The system can be upgraded by adding more inertial devices (accelerometers and gyroscopes) and the vehicle system can become its own DGPS station if precisely surveyed reference locations are known on the field. Such locations can be magnetic markers that permit the vehicle to exactly know its position whenever it passes over the marker. Other methods of periodic precise positioning are also applicable as disclosed in U.S. patent application Ser. No. 10/190,805 filed Jul. 8, 2002.
6. Distance Measurement
As discussed above, regardless of the distance measurement system used, a trained pattern recognition system, as defined below, can be used to identify and classify, and in some cases to locate, the illuminated object. Distance measurements by a variety of techniques can be used to determine the distance from the sensor to an object in the monitored area. They can also determine the distance to the ground for agricultural applications, for example, and provide correction information of the effective angle of transmission as will be discussed below.
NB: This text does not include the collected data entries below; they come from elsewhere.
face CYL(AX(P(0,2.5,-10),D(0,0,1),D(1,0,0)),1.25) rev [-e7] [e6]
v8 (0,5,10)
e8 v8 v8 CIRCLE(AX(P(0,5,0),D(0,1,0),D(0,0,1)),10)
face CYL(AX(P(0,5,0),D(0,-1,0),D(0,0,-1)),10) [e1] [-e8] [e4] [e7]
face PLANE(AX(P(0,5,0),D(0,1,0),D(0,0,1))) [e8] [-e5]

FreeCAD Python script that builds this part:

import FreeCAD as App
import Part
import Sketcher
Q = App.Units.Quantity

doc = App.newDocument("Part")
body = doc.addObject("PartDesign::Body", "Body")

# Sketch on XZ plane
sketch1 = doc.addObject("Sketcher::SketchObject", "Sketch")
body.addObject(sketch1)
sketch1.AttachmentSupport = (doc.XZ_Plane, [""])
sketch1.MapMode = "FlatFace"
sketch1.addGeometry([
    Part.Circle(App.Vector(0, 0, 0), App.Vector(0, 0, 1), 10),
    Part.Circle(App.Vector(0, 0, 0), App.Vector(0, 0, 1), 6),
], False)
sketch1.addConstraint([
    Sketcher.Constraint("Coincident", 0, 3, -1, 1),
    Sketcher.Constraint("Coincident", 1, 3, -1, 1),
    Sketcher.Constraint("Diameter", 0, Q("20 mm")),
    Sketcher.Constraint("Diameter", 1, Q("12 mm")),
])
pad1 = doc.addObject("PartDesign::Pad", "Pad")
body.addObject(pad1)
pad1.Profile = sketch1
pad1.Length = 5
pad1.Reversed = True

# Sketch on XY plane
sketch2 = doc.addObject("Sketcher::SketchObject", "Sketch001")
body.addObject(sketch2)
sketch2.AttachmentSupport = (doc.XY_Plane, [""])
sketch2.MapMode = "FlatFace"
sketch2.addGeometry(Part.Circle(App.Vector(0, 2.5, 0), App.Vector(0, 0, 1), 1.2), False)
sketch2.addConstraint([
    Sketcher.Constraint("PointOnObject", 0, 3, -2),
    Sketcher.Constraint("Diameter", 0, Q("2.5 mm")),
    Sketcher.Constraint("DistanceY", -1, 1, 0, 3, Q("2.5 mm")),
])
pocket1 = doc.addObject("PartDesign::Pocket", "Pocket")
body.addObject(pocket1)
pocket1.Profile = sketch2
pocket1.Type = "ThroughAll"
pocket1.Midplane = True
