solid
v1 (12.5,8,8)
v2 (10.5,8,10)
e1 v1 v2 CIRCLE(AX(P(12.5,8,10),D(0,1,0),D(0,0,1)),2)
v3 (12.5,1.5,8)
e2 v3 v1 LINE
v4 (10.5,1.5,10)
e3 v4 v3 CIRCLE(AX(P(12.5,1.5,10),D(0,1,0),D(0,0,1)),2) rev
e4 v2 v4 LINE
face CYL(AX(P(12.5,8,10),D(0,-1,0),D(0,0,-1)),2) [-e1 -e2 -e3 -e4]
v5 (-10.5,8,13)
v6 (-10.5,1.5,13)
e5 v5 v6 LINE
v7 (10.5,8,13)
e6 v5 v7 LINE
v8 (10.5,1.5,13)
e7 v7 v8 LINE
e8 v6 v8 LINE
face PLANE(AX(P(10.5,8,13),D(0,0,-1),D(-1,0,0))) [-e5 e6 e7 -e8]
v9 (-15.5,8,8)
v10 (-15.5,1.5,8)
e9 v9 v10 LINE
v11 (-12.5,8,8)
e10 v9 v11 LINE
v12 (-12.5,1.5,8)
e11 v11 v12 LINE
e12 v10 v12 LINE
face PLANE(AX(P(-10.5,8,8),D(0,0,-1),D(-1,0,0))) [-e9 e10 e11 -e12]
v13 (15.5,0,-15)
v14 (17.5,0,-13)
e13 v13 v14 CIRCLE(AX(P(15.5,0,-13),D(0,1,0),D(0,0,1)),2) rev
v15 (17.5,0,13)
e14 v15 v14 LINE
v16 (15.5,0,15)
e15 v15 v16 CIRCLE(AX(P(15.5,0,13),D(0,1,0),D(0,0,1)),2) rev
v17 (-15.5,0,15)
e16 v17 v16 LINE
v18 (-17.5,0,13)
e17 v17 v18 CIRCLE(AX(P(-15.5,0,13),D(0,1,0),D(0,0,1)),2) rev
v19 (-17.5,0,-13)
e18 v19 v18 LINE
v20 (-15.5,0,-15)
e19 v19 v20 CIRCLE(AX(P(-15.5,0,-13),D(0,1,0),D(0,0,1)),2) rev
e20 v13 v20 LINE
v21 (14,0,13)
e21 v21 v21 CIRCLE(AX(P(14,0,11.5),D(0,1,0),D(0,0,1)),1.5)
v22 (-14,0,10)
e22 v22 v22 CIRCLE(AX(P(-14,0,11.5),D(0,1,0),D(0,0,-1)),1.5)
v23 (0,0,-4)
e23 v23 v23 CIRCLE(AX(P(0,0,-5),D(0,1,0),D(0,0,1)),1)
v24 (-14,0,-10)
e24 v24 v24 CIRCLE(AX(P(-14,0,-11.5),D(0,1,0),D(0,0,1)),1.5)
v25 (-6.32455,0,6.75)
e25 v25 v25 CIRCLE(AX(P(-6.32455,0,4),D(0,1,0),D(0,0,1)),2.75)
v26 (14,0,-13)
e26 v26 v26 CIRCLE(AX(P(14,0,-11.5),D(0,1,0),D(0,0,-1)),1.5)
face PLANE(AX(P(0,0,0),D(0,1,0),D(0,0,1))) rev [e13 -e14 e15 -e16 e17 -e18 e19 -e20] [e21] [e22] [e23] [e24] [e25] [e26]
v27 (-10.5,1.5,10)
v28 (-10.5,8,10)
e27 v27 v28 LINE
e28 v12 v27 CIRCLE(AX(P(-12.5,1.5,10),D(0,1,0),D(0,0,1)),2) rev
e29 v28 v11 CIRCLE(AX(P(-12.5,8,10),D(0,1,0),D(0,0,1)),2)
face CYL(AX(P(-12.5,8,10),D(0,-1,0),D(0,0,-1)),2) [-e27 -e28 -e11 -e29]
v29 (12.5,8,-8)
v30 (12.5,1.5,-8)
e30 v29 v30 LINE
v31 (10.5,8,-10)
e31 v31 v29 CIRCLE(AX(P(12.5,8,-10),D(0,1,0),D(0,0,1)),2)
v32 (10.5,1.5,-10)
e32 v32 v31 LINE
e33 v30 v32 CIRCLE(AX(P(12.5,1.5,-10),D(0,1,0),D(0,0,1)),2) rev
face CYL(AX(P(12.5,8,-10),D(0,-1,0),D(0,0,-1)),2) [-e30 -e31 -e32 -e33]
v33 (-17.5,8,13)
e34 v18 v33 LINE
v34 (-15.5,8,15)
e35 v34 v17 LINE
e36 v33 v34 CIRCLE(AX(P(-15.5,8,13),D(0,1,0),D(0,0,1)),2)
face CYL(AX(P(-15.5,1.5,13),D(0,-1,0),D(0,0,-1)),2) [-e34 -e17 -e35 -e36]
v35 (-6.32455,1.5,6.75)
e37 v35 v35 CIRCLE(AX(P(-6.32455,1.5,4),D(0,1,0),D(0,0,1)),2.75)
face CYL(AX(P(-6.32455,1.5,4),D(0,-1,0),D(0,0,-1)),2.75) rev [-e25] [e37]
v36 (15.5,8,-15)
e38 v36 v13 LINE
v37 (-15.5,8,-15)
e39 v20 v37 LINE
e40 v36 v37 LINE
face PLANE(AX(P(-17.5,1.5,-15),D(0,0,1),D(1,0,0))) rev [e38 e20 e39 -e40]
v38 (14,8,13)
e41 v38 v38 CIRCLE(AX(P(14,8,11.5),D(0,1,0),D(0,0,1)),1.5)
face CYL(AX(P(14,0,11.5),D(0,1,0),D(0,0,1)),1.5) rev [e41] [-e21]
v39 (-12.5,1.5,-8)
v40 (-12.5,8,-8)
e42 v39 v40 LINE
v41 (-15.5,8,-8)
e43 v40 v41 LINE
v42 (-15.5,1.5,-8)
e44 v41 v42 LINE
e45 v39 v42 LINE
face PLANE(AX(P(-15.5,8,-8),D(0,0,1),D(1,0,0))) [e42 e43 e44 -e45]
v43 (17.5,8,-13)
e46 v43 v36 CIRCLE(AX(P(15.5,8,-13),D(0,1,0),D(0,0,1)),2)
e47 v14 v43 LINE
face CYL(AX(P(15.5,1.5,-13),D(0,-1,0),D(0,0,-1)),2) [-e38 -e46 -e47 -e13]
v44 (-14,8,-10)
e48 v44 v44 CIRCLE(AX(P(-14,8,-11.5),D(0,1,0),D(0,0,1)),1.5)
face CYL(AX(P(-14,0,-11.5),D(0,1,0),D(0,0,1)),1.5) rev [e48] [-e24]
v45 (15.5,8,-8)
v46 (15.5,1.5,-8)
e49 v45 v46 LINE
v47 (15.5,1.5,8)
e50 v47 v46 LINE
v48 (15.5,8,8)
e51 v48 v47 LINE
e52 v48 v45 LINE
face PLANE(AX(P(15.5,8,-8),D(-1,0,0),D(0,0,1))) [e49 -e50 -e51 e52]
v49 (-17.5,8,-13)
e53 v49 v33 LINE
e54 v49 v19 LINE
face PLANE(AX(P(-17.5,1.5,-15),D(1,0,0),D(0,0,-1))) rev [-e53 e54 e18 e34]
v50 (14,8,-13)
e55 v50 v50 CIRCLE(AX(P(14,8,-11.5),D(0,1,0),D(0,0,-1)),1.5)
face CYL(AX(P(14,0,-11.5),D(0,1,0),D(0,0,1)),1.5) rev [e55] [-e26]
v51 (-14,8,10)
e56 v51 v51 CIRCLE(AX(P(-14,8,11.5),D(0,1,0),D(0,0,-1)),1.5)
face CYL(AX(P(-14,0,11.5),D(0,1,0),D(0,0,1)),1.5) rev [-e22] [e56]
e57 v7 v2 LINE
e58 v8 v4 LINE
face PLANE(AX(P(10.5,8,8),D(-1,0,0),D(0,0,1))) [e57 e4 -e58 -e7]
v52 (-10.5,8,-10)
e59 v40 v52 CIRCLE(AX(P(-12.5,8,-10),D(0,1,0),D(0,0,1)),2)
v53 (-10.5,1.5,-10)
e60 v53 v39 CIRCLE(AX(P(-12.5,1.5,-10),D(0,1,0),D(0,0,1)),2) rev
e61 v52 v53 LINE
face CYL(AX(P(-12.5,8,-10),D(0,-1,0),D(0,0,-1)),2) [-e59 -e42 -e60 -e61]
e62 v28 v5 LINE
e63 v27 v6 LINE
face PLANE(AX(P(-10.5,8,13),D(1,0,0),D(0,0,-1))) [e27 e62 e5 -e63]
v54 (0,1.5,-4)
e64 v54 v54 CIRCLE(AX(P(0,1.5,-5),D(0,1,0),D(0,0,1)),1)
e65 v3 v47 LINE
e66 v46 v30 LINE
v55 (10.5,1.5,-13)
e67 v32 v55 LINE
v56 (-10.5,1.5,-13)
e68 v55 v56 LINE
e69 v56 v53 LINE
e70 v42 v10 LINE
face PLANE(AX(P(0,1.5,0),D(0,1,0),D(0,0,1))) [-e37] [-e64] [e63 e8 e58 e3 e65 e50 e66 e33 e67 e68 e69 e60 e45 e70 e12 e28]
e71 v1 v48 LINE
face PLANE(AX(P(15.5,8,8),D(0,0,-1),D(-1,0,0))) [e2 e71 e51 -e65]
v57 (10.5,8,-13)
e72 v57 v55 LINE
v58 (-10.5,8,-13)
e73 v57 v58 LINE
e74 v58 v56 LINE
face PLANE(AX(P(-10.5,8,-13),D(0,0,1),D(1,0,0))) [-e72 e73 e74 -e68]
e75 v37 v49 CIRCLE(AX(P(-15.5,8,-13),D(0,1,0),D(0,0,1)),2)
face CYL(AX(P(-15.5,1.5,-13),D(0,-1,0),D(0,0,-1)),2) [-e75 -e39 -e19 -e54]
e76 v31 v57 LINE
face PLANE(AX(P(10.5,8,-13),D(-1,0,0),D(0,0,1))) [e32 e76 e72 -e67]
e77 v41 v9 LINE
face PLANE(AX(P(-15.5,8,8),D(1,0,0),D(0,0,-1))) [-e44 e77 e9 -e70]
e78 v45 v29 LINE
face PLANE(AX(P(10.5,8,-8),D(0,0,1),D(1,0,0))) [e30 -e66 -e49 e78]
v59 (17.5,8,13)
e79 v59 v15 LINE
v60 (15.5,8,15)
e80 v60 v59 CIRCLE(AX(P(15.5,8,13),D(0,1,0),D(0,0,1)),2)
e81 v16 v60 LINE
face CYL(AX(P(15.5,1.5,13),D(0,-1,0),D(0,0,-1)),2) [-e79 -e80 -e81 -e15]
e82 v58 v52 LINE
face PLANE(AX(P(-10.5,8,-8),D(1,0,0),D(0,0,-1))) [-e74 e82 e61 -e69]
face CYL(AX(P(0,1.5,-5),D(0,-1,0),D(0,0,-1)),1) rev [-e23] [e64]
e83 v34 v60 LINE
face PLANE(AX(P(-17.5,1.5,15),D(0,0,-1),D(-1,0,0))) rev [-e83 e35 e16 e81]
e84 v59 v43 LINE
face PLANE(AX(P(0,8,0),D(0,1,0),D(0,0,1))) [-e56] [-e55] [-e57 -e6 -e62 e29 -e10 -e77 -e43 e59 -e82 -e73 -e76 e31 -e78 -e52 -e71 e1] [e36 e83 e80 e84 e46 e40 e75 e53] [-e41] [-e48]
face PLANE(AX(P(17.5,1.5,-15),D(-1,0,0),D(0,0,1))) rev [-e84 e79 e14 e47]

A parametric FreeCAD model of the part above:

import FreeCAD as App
import Part
import Sketcher


def edges_at(feature, points):
    """Names of the edges that pass closest to the given points."""
    edges = feature.Shape.Edges
    near = lambda p: min(range(len(edges)), key=lambda i: edges[i].distToShape(Part.Vertex(*p))[0])
    return sorted({f"Edge{near(p) + 1}" for p in points})


def add_polygon(sketch, points):
    """Adds a closed chain of lines whose ends are joined by coincident constraints."""
    first, n = sketch.GeometryCount, len(points)
    for a, b in zip(points, points[1:] + points[:1]):
        sketch.addGeometry(Part.LineSegment(App.Vector(*a, 0), App.Vector(*b, 0)), False)
    for i in range(n):
        sketch.addConstraint(Sketcher.Constraint("Coincident", first + i, 2, first + (i + 1) % n, 1))

doc = App.newDocument("Part")
params = doc.addObject("Spreadsheet::Sheet", "Params")
for row, (alias, value) in enumerate([
    ("sketch1_diameter", "2 mm"),
    ("sketch1_diameter2", "5.5 mm"),
    ("sketch1_width", "35 mm"),
    ("sketch1_height", "30 mm"),
    ("pad1_length", "1.5 mm"),
    ("sketch2_width", "35 mm"),
    ("sketch2_width2", "21 mm"),
    ("sketch2_width3", "5 mm"),
    ("sketch2_height", "30 mm"),
    ("sketch2_height2", "16 mm"),
    ("pad2_length", "6.5 mm"),
    ("sketch3_diameter", "3 mm"),
    ("fillet_radius", "2 mm"),
], start=1):
    params.set(f"A{row}", alias)
    params.set(f"B{row}", "=" + value)
    params.setAlias(f"B{row}", alias)

body = doc.addObject("PartDesign::Body", "Body")

sketch1 = doc.addObject("Sketcher::SketchObject", "Sketch")
body.addObject(sketch1)
sketch1.AttachmentSupport = (doc.XZ_Plane, [""])
sketch1.MapMode = "FlatFace"
add_polygon(sketch1, [(-17.5, -15), (-17.5, 15), (17.5, 15), (17.5, -15)])
sketch1.addGeometry(Part.Circle(App.Vector(-6.3, 4, 0), App.Vector(0, 0, 1), 2.8), False)
sketch1.addGeometry(Part.Circle(App.Vector(0, -5, 0), App.Vector(0, 0, 1), 1), False)
sketch1.addConstraint([
    Sketcher.Constraint("Vertical", 0),
    Sketcher.Constraint("Horizontal", 1),
    Sketcher.Constraint("Vertical", 2),
    Sketcher.Constraint("Horizontal", 3),
    Sketcher.Constraint("Symmetric", 0, 2, 2, 2, -1, 1),
    Sketcher.Constraint("PointOnObject", 5, 3, -2),
    Sketcher.Constraint("Diameter", 5, 2.0),
    Sketcher.Constraint("Diameter", 4, 5.5),
    Sketcher.Constraint("DistanceX", 1, 1, 1, 2, 35.0),
    Sketcher.Constraint("DistanceY", 0, 1, 0, 2, 30.0),
    Sketcher.Constraint("DistanceY", -1, 1, 4, 3, 4.0),
    Sketcher.Constraint("DistanceY", 5, 3, -1, 1, 5.0),
    Sketcher.Constraint("DistanceX", 4, 3, -1, 1, 6.32455),
])
sketch1.setExpression("Constraints[10]", "Params.sketch1_diameter")
sketch1.setExpression("Constraints[11]", "Params.sketch1_diameter2")
sketch1.setExpression("Constraints[12]", "Params.sketch1_width")
sketch1.setExpression("Constraints[13]", "Params.sketch1_height")
pad1 = doc.addObject("PartDesign::Pad", "Pad")
body.addObject(pad1)
pad1.Profile = sketch1
pad1.setExpression("Length", "Params.pad1_length")
pad1.Reversed = True

sketch2 = doc.addObject("Sketcher::SketchObject", "Sketch001")
body.addObject(sketch2)
sketch2.AttachmentSupport = (doc.XZ_Plane, [""])
sketch2.MapMode = "FlatFace"
sketch2.AttachmentOffset = App.Placement(App.Vector(0, 0, -1.5), App.Rotation())
add_polygon(sketch2, [(-18, -15), (-18, 15), (18, 15), (18, -15)])
add_polygon(sketch2, [(-10, -8), (-10, -13), (10, -13), (10, -8), (16, -8), (16, 8), (10, 8), (10, 13), (-10, 13), (-10, 8), (-16, 8), (-16, -8)])
sketch2.addConstraint([
    Sketcher.Constraint("Vertical", 0),
    Sketcher.Constraint("Horizontal", 1),
    Sketcher.Constraint("Vertical", 2),
    Sketcher.Constraint("Horizontal", 3),
    Sketcher.Constraint("Vertical", 4),
    Sketcher.Constraint("Horizontal", 5),
    Sketcher.Constraint("Vertical", 6),
    Sketcher.Constraint("Horizontal", 7),
    Sketcher.Constraint("Vertical", 8),
    Sketcher.Constraint("Horizontal", 9),
    Sketcher.Constraint("Vertical", 10),
    Sketcher.Constraint("Horizontal", 11),
    Sketcher.Constraint("Vertical", 12),
    Sketcher.Constraint("Horizontal", 13),
    Sketcher.Constraint("Vertical", 14),
    Sketcher.Constraint("Horizontal", 15),
    Sketcher.Constraint("Symmetric", 0, 2, 2, 2, -1, 1),
    Sketcher.Constraint("Symmetric", 4, 2, 10, 2, -1, 1),
    Sketcher.Constraint("Symmetric", 6, 2, 12, 2, -1, 1),
    Sketcher.Constraint("Symmetric", 8, 2, 14, 2, -1, 1),
    Sketcher.Constraint("Symmetric", 9, 2, 12, 2, -2),
    Sketcher.Constraint("Equal", 15, 4),
    Sketcher.Constraint("DistanceX", 1, 1, 1, 2, 35.0),
    Sketcher.Constraint("DistanceX", 5, 1, 5, 2, 21.0),
    Sketcher.Constraint("DistanceX", 7, 1, 7, 2, 5.0),
    Sketcher.Constraint("DistanceY", 0, 1, 0, 2, 30.0),
    Sketcher.Constraint("DistanceY", 8, 1, 8, 2, 16.0),
])
sketch2.setExpression("Constraints[38]", "Params.sketch2_width")
sketch2.setExpression("Constraints[39]", "Params.sketch2_width2")
sketch2.setExpression("Constraints[40]", "Params.sketch2_width3")
sketch2.setExpression("Constraints[41]", "Params.sketch2_height")
sketch2.setExpression("Constraints[42]", "Params.sketch2_height2")
pad2 = doc.addObject("PartDesign::Pad", "Pad001")
body.addObject(pad2)
pad2.Profile = sketch2
pad2.setExpression("Length", "Params.pad2_length")
pad2.Reversed = True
The use of passive optical camera systems, such as the HDRC camera, has been discussed and the method of using either neural networks, optical correlation, or other pattern recognition systems has also been and will be discussed that illustrates how, in the present invention, the identity of the object occupying the area of interest will be determined. What follows now is a more detailed discussion of position determination.
For a preferred implementation of the system, the light from laser diodes will cross the field of view of the camera. If there is a heavy fog, for example, in the monitored area, then the reflection of the light off of the fog will create an elliptical image on the camera sensor array. This would also be true when heavy rain, smoke or heavy snowfall is present. This fact can be used to determine visibility. Observations of visibility conditions of objects in the area surrounding the vehicle even during severe weather conditions has led the inventors of this invention to the conclusion that when the visibility is so poor that the optical system using laser diodes described herein, for example, is not functioning with sufficient accuracy, that the operator of the vehicle should not be operating the vehicle on the roads and therefore the vehicle operator should be informed that safe travel is not possible. Thus, the use of radar or other technologies to view the blind spot, for example, which is actually quite close to the vehicle, is not necessary since vehicle operation should not be permitted when the visibility is so poor that the object cannot be seen in the blind spot, for example, by the systems of this invention. Nevertheless, the inventions herein can contribute to safe driving in these conditions, if such driving is attempted, since an indication will be obtained by the system based on the elliptical reflections from the laser diode indicating that the visibility is unacceptable. Note that when using a scanning IR laser radar system, the range of view of the system greatly exceeds that of the human operator especially when range gating is used to remove close-up reflections from the atmosphere (rain, snow, fog, smoke etc.)
For the embodiment of the invention using triangulation, it is desirable for the laser diodes, scanning laser diode or other light source to be displaced as far as reasonably possible from the camera in order to permit the maximum accuracy for the triangulation calculations. In an automobile, as much as six inches exists from one side of the exterior rear view mirror to the other side. This is marginal. For large trucks, the vertical distance separating the top and bottom of the rear housing can be as much as 24 inches. In both cases, the laser diode would be placed at one extreme and the camera at the other extreme of the mirror housing. An alternate approach is to place the camera on the mirror housing but to place the light source on the vehicle side. Alternately, both the camera and the light source can be placed at appropriate positions on the side of the vehicle. The key is that the direction of the light source should cross field of view of the camera at preferably a 10 degree angle or more.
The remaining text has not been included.